The bases aren't well designed, so it's not a ton of fun to play long-term, but it's not a bad distraction and the rewards can be pretty huge. What's more interesting is the thematic value of these missions; the online mechanics make a better argument about deterrents in war than the game's actual story does, and I love that. As a player, I'm extremely hesitant to attack a base of someone with a high level of skill or defense, because if I fail I'm terrified of them retaliating and ruining me. It's a perfect marriage of game play and story themes, and while it's probably the weakest part of the game, it does a great job eliminating play/story disconnect.

 A complete Metal Gear Online game is coming at some point in October as a free content patch. I loved the PS2 and PS3 versions of Metal Gear Online, so I'm excited to check it out, but at the same time I'm worried about it getting much post-launch support. Still, it's all just a nice bonus on top of an incredibly good single-player game.



 Here come the spoilers: I'll be discussing each major character one by one and how I felt they contributed to the story. I'm saving the biggest (Big Boss himself) for the end.

Quiet


The final buddy who assists you in combat is Quiet, a sniper whose costume (or lack thereof) has been an issue of controversy. Her costume is dumb (just putting her in an actual bikini would look less ridiculous), she unfortunately gets leered at by the camera more than necessary, and the reason for her nudity is a dumb-funny bit of pseudoscience written to ensure that she has to be almost naked. Just outright saying, "She won't keep her clothes on, no one knows why" and making it more the character's choice would probably be better. If you're curious: It's because she's photosynthetic, just like The End in Metal Gear Solid 3, an old man sniper who didn't need to be naked all the time.
 

But ultimately, in spite of the controversy and her outfit, she's sexualized less than many female game characters. There are almost no suggestive comments, and instead, she's feared by the crew for her deadly sniping/camouflage abilities and her refusal to speak. You don't hear anything like the idiotic sexual threats the enemy thugs throw at Catwoman in Batman: Arkham City. Quiet's a powerful person, equally feared and respected, and has good chemistry with the often silent Big Boss. She's stuck in a dumb suit, but Quiet still gets a hell of a lot more respect as a character than, say, the women of the Mass Effect games, with their bizarre sex-as-a-reward dialogue puzzles, or the "everyone in the world wants to sleep with the hero" women of the Witcher games.
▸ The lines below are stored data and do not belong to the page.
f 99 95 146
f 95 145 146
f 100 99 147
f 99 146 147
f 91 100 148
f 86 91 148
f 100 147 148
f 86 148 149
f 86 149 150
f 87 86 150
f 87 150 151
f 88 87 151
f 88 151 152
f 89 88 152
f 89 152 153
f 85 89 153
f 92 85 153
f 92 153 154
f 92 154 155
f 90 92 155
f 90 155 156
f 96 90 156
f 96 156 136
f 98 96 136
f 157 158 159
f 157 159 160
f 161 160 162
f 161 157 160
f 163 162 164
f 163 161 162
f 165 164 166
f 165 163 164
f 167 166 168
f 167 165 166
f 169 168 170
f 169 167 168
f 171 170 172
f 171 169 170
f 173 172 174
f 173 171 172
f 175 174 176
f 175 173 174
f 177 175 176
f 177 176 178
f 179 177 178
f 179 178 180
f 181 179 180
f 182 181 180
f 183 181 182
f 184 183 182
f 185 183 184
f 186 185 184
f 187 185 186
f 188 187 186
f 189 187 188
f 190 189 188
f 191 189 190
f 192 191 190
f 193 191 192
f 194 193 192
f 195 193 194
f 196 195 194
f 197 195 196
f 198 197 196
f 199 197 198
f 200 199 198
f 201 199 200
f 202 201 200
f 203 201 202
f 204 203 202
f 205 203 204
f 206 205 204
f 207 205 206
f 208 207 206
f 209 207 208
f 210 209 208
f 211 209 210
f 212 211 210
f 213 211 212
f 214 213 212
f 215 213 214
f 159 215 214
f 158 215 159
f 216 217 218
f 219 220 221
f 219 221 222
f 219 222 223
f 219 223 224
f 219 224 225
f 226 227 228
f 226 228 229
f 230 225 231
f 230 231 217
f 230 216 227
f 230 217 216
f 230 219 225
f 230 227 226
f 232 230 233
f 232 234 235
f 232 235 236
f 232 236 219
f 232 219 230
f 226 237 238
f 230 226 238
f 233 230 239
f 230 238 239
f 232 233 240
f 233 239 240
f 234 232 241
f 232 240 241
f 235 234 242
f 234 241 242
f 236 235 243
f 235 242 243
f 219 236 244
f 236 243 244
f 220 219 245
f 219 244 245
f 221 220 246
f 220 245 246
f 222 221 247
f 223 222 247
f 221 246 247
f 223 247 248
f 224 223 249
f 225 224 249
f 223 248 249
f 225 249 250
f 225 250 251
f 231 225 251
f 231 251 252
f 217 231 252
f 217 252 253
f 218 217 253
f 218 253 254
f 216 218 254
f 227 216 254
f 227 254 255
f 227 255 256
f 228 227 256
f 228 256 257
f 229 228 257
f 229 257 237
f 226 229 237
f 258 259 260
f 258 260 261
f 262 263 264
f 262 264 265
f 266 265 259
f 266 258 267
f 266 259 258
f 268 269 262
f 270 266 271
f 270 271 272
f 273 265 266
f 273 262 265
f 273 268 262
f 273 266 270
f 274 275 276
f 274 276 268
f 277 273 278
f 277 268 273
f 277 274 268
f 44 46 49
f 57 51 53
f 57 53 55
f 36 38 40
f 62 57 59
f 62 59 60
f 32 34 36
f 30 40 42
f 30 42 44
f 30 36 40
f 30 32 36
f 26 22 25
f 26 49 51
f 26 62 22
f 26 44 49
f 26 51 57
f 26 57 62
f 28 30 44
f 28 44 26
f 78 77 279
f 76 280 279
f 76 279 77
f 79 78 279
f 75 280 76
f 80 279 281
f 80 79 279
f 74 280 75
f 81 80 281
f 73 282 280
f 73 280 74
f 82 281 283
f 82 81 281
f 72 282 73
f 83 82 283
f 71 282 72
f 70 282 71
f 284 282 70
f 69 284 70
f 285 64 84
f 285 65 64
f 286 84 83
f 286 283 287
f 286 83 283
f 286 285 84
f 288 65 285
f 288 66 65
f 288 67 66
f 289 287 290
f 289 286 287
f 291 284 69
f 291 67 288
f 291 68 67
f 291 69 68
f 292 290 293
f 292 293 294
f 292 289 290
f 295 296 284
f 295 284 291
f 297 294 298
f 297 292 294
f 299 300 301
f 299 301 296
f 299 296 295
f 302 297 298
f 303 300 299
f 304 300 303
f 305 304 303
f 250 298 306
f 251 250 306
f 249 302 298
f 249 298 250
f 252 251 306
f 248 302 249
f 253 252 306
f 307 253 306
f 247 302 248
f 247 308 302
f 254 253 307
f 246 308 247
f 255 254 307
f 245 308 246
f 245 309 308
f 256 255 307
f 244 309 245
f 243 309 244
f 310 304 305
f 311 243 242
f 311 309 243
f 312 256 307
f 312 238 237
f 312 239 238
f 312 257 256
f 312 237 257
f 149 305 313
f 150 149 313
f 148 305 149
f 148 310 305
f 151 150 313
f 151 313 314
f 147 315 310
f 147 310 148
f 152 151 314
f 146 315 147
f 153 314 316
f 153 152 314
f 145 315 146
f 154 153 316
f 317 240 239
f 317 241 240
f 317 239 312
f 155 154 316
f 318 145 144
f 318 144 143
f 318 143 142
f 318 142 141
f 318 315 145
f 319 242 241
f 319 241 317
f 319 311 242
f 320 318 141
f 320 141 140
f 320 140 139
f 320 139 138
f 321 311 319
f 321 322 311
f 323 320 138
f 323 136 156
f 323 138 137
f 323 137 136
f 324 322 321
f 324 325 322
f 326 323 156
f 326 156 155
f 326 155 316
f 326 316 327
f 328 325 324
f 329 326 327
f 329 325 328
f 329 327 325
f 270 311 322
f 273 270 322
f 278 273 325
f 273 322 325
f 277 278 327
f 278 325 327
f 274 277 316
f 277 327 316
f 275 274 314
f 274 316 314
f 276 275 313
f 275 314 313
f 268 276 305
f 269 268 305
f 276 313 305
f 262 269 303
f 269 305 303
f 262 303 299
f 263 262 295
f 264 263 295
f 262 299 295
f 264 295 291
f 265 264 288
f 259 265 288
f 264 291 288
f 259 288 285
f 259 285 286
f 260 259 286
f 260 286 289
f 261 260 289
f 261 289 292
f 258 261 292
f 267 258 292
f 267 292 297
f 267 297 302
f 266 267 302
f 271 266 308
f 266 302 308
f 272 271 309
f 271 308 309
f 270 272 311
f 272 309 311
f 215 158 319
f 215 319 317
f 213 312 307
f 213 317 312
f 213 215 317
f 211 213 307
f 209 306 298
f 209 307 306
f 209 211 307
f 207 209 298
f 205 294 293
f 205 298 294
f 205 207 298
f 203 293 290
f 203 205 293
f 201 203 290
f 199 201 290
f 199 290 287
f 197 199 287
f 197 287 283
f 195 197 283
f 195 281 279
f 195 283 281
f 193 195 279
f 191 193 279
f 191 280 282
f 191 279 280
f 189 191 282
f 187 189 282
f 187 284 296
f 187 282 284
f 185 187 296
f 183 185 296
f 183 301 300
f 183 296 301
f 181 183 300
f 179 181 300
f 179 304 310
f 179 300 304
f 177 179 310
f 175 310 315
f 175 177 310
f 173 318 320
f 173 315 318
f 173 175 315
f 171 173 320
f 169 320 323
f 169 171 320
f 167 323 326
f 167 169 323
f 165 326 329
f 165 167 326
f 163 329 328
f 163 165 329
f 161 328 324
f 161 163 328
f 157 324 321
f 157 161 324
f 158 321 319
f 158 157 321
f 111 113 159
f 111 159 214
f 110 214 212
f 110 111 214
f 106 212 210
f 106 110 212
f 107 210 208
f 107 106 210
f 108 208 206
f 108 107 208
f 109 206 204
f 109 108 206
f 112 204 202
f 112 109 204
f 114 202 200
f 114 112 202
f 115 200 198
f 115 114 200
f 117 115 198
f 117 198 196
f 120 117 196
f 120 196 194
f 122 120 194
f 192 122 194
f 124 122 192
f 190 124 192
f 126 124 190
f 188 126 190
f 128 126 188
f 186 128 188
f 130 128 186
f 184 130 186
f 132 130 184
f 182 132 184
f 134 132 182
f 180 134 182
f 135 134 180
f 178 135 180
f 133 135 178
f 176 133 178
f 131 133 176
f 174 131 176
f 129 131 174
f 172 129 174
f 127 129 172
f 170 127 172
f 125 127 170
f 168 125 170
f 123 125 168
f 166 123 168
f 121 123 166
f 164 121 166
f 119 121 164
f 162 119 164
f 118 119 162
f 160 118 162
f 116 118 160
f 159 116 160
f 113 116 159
Quiet is no one's prize, and while she does assert herself through violence, it feels like a natural part of how Big Boss and his clan of psychopaths assert themselves, rather than a dumb, misguided attempt at feminism as seen in characters like Black Widow in Joss Whedon's Avengers, who shows she's tough by Kicking Men Hard (while tied to a chair in a cute dress.) There's more to writing a strong woman than just having her hit larger men, and while Quiet isn't revolutionary, she's absolutely a compelling character, and one of the best realized in this story. It's a big step up from the embarrassment of Paz in Metal Gear Peace Walker and the dull Beauty and the Beast unit in Metal Gear Solid 4. Quiet's blend of sexual and death imagery works well for the story this game's trying to tell.

Skull Face

The topic of death brings us to the game's villain, the aptly named Skull Face. A burned up man in a fancy suit and a Zorro mask, Skull Face was a top officer working for Cipher, a secret military organization founded by Major Zero, Big Boss's commanding officer in Metal Gear Solid 3. Zero and Big Boss went their separate ways, Zero is mysteriously absent, and Skull Face is on the rampage, using science and magic to rule/destroy as he sees fit. He's an amazingly hammy character, full of theatrical flourishes and campy monologues. He's also very different from the dark, scary man he's introduced as in Ground Zeroes, though he still does get one or two creepy moments.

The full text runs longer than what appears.